# Paper Mache Day Three, Part Two



## lizzyborden (Sep 17, 2009)

By the time I had separated the skulls I was pretty bummed. It seemed that some were disastrous but some turned out pretty good. Then I remembered a particular skull from my first attempts a few years ago. I believe it tore into 7 or 8 pieces and for some reason I refused to throw it away. One day I decided to tackle it and with the help of a hot glue gun and some paper towels I was able to bandage it up and it turned out alright.

View attachment 193831


So I grabbed the masking tape and began to patch all the torn areas

View attachment 193832


I went to the utility room to grab a few paper towels when the used dryer sheets I've been saving caught my eye.
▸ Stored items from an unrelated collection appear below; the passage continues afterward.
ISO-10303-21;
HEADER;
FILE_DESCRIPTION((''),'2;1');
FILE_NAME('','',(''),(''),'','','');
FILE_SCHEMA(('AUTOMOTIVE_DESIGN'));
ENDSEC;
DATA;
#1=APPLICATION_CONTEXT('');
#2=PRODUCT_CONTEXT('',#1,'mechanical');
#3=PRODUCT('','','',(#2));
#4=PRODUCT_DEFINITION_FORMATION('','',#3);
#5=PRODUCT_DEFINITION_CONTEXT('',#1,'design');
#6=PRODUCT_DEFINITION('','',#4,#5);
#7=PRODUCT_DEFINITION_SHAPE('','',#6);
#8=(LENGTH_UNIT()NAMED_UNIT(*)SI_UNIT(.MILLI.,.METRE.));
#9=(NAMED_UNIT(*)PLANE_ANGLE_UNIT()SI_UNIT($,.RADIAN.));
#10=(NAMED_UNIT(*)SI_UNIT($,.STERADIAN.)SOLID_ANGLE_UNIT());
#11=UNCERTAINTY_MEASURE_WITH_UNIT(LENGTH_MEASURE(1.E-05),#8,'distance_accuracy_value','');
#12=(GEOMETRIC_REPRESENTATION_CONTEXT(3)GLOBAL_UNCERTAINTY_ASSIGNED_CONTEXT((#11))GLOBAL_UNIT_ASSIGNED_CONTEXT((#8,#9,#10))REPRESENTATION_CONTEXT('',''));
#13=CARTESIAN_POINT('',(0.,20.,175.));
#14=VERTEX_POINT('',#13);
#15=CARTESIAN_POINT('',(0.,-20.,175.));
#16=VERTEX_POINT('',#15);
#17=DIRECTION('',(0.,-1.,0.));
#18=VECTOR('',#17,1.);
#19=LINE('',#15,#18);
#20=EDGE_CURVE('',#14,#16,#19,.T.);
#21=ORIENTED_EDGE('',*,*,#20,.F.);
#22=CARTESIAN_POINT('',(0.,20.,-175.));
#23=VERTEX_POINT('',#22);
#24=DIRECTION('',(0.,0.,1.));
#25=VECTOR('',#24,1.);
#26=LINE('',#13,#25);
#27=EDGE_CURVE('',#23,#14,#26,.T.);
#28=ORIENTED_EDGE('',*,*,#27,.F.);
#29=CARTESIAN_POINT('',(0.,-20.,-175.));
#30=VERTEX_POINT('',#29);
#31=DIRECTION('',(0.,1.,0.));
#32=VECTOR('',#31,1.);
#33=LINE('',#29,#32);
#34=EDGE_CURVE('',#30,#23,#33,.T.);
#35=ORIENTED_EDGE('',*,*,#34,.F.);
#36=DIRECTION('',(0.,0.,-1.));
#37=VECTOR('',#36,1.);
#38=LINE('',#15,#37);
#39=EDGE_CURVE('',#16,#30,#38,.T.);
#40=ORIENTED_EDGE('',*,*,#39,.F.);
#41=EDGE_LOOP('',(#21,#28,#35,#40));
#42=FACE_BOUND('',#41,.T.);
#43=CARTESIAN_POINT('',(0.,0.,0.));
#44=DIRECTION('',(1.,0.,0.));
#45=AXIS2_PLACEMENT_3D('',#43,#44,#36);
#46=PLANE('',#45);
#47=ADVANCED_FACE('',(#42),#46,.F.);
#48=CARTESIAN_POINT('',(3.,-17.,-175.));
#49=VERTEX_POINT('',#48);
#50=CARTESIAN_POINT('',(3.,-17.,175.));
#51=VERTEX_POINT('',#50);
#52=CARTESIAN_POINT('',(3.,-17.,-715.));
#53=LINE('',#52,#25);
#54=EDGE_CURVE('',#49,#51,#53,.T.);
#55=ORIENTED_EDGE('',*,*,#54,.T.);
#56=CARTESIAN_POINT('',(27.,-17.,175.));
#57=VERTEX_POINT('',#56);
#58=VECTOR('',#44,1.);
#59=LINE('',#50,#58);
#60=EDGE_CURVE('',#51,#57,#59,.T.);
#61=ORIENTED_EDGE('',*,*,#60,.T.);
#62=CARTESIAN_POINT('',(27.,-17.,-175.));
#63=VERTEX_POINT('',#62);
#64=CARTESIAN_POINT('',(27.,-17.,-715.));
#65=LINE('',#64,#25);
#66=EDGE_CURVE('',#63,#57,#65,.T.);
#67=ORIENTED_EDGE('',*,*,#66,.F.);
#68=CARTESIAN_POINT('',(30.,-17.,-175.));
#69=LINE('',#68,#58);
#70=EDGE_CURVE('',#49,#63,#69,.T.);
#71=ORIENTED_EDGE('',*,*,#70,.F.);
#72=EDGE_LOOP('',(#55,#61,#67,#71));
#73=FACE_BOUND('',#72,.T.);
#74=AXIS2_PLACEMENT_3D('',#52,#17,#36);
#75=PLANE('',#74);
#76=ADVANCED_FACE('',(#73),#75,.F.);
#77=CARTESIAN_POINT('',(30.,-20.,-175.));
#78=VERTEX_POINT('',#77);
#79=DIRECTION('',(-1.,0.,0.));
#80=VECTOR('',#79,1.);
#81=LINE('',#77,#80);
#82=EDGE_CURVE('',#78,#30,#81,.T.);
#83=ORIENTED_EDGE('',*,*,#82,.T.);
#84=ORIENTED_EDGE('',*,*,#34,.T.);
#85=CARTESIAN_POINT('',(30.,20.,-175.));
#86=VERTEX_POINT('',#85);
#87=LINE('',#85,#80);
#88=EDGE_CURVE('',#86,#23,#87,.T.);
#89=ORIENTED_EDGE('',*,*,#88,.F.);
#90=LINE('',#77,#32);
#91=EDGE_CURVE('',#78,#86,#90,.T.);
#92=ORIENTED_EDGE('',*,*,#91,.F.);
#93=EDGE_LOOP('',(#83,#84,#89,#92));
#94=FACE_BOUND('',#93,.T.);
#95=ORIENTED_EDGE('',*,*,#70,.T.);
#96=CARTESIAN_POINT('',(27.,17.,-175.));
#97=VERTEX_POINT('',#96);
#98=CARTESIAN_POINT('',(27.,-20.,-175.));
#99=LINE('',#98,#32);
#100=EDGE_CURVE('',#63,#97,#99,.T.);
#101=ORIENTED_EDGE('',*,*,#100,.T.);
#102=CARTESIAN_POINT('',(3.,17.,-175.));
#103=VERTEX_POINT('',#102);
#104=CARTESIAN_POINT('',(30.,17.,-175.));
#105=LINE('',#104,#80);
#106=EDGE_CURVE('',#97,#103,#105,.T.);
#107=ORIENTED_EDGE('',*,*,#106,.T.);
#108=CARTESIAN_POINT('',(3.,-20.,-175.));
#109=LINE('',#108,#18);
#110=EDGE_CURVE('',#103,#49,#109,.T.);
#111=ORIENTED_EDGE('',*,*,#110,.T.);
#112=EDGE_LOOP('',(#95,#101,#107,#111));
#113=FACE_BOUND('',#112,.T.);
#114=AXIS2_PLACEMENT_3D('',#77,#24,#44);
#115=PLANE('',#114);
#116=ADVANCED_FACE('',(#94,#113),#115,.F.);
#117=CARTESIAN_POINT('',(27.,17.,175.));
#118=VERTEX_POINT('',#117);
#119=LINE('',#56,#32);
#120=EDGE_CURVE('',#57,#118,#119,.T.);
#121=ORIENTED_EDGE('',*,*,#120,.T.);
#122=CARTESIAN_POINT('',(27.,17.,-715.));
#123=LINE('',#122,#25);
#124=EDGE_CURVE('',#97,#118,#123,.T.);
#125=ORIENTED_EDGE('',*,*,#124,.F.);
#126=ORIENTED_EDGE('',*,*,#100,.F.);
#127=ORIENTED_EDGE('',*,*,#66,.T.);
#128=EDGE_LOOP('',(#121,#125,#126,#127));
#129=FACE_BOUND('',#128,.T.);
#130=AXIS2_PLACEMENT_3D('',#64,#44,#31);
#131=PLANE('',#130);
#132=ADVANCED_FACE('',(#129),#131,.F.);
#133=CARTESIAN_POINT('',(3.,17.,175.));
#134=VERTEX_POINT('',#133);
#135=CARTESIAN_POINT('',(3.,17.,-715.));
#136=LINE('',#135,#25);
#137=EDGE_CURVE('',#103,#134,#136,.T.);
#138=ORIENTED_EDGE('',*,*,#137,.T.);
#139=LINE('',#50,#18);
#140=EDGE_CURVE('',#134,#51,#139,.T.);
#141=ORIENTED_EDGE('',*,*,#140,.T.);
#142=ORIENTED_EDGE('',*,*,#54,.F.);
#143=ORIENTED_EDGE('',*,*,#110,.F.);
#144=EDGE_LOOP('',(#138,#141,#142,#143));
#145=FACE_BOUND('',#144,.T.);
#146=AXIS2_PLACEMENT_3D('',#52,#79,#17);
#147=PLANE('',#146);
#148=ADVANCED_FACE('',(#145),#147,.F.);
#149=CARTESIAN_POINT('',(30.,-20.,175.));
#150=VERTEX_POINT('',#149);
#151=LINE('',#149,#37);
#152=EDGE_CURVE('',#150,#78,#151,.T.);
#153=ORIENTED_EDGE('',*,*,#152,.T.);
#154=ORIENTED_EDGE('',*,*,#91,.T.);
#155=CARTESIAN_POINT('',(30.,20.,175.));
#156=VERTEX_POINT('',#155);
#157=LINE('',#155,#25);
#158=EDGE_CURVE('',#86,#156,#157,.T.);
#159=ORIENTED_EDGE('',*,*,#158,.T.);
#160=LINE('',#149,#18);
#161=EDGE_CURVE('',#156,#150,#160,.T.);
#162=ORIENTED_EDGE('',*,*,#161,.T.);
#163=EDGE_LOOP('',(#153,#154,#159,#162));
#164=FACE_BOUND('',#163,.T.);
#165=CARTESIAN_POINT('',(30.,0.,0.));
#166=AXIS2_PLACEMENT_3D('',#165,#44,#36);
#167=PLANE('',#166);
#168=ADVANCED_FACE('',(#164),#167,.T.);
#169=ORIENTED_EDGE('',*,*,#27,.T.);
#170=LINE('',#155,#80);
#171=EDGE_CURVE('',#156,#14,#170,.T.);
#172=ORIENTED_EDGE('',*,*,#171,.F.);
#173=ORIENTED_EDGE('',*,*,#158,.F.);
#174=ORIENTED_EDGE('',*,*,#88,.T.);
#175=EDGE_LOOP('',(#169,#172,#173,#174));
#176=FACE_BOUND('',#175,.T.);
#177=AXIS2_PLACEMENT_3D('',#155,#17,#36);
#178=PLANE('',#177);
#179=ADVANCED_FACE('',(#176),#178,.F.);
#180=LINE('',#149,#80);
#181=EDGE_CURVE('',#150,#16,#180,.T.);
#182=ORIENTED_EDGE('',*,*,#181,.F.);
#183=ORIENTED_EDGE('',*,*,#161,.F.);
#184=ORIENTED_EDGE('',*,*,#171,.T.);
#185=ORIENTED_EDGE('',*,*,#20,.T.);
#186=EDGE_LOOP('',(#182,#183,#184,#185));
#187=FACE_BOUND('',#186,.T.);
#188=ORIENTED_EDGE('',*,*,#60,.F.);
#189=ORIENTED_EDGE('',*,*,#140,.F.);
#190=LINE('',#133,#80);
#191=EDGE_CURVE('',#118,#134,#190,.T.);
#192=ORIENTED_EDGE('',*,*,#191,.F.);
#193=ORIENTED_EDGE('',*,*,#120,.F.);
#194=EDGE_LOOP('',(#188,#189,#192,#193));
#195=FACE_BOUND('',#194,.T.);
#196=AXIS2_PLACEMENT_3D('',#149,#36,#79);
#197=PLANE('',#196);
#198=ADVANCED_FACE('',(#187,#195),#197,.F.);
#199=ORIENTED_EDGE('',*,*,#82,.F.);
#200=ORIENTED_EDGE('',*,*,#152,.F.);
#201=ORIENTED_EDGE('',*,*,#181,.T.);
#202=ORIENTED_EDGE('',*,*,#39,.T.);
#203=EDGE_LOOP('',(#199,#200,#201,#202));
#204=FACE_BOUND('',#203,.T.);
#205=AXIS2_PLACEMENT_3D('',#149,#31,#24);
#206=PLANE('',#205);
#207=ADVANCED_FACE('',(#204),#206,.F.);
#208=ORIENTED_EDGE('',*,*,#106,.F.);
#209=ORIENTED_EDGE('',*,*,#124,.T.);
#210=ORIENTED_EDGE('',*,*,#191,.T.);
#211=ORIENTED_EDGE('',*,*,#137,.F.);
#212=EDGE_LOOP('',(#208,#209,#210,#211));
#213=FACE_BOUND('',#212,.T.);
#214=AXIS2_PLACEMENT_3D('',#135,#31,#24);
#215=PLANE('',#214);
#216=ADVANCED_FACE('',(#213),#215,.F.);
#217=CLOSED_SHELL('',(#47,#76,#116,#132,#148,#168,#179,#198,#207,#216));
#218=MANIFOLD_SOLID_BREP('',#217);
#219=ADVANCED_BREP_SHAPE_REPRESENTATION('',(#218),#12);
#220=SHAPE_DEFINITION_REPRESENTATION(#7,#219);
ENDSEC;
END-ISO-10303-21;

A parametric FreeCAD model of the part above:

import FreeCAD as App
import Part
import Sketcher
Q = App.Units.Quantity

doc = App.newDocument("Part")
params = doc.addObject("Spreadsheet::Sheet", "Params")
for row, (alias, value) in enumerate([
    ("sketch1_width", "40 mm"),
    ("sketch1_height", "350 mm"),
    ("pad1_length", "30 mm"),
    ("sketch2_width", "24 mm"),
    ("sketch2_height", "34 mm"),
    ("pocket1_length", "890 mm"),
], start=1):
    params.set(f"A{row}", alias)
    params.set(f"B{row}", "=" + value)
    params.setAlias(f"B{row}", alias)

body = doc.addObject("PartDesign::Body", "Body")

# Sketch on YZ plane
sketch1 = body.newObject("Sketcher::SketchObject", "Sketch")
sketch1.AttachmentSupport = (doc.getObject("YZ_Plane"), [""])
sketch1.MapMode = "FlatFace"
sketch1.addGeometry([
    Part.LineSegment(App.Vector(20, 175, 0), App.Vector(-20, 175, 0)),
    Part.LineSegment(App.Vector(-20, 175, 0), App.Vector(-20, -175, 0)),
    Part.LineSegment(App.Vector(-20, -175, 0), App.Vector(20, -175, 0)),
    Part.LineSegment(App.Vector(20, -175, 0), App.Vector(20, 175, 0)),
], False)
sketch1.addConstraint([
    Sketcher.Constraint("Coincident", 0, 2, 1, 1),
    Sketcher.Constraint("Coincident", 1, 2, 2, 1),
    Sketcher.Constraint("Coincident", 2, 2, 3, 1),
    Sketcher.Constraint("Coincident", 3, 2, 0, 1),
    Sketcher.Constraint("Horizontal", 0),
    Sketcher.Constraint("Vertical", 1),
    Sketcher.Constraint("Horizontal", 2),
    Sketcher.Constraint("Vertical", 3),
    Sketcher.Constraint("Symmetric", 0, 2, 2, 2, -1, 1),
    Sketcher.Constraint("DistanceX", 0, 2, 0, 1, Q("40 mm")),
    Sketcher.Constraint("DistanceY", 1, 2, 1, 1, Q("350 mm")),
])
sketch1.setExpression("Constraints[9]", "Params.sketch1_width")
sketch1.setExpression("Constraints[10]", "Params.sketch1_height")
pad1 = body.newObject("PartDesign::Pad", "Pad")
pad1.Profile = sketch1
pad1.setExpression("Length", "Params.pad1_length")

# Sketch on XY plane
sketch2 = body.newObject("Sketcher::SketchObject", "Sketch001")
sketch2.AttachmentSupport = (doc.getObject("XY_Plane"), [""])
sketch2.MapMode = "FlatFace"
sketch2.AttachmentOffset = App.Placement(App.Vector(0, 0, 175), App.Rotation())
sketch2.addGeometry([
    Part.LineSegment(App.Vector(3, 17, 0), App.Vector(3, -17, 0)),
    Part.LineSegment(App.Vector(3, -17, 0), App.Vector(27, -17, 0)),
    Part.LineSegment(App.Vector(27, -17, 0), App.Vector(27, 17, 0)),
    Part.LineSegment(App.Vector(27, 17, 0), App.Vector(3, 17, 0)),
], False)
sketch2.addConstraint([
    Sketcher.Constraint("Coincident", 0, 2, 1, 1),
    Sketcher.Constraint("Coincident", 1, 2, 2, 1),
    Sketcher.Constraint("Coincident", 2, 2, 3, 1),
    Sketcher.Constraint("Coincident", 3, 2, 0, 1),
    Sketcher.Constraint("Vertical", 0),
    Sketcher.Constraint("Horizontal", 1),
    Sketcher.Constraint("Vertical", 2),
    Sketcher.Constraint("Horizontal", 3),
    Sketcher.Constraint("DistanceX", 1, 1, 1, 2, Q("24 mm")),
    Sketcher.Constraint("DistanceY", 0, 2, 0, 1, Q("34 mm")),
    Sketcher.Constraint("DistanceX", -1, 1, 0, 2, Q("3 mm")),
    Sketcher.Constraint("DistanceY", 0, 2, -1, 1, Q("17 mm")),
])
sketch2.setExpression("Constraints[8]", "Params.sketch2_width")
sketch2.setExpression("Constraints[9]", "Params.sketch2_height")
pocket1 = body.newObject("PartDesign::Pocket", "Pocket")
pocket1.Profile = sketch2
pocket1.setExpression("Length", "Params.pocket1_length")

doc.recompute()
I began saving them last year as I was dying to try and use them with the paste and now I would get my chance. 

View attachment 193833


I tore the dryer sheets into pieces and began the "bandaging" process. This is the one I split in the middle and it was pretty unstable, so I placed the half back on the skull with hopes that it would dry without becoming deformed.

View attachment 193834


Here's Sarah, my mannequin head all taped back together. 

View attachment 193835


Progress at the end of the day. 

So now's the time to reflect and try and figure out where I messed up.  I really like the sturdiness of the skulls with the two criss-crossed layers of mache, but maybe I should go for a single layer next time. Maybe I should forget about doing the bottom of the skulls at this stage as that can always be done later. So I leave you with several thoughts and ideas running through my head about how to make this work out.


----------



## jetskijigsaw84 (Feb 1, 2014)

Looking good thus far! I can see a few materials here I'll absolutely have to make sure I keep on hand!


----------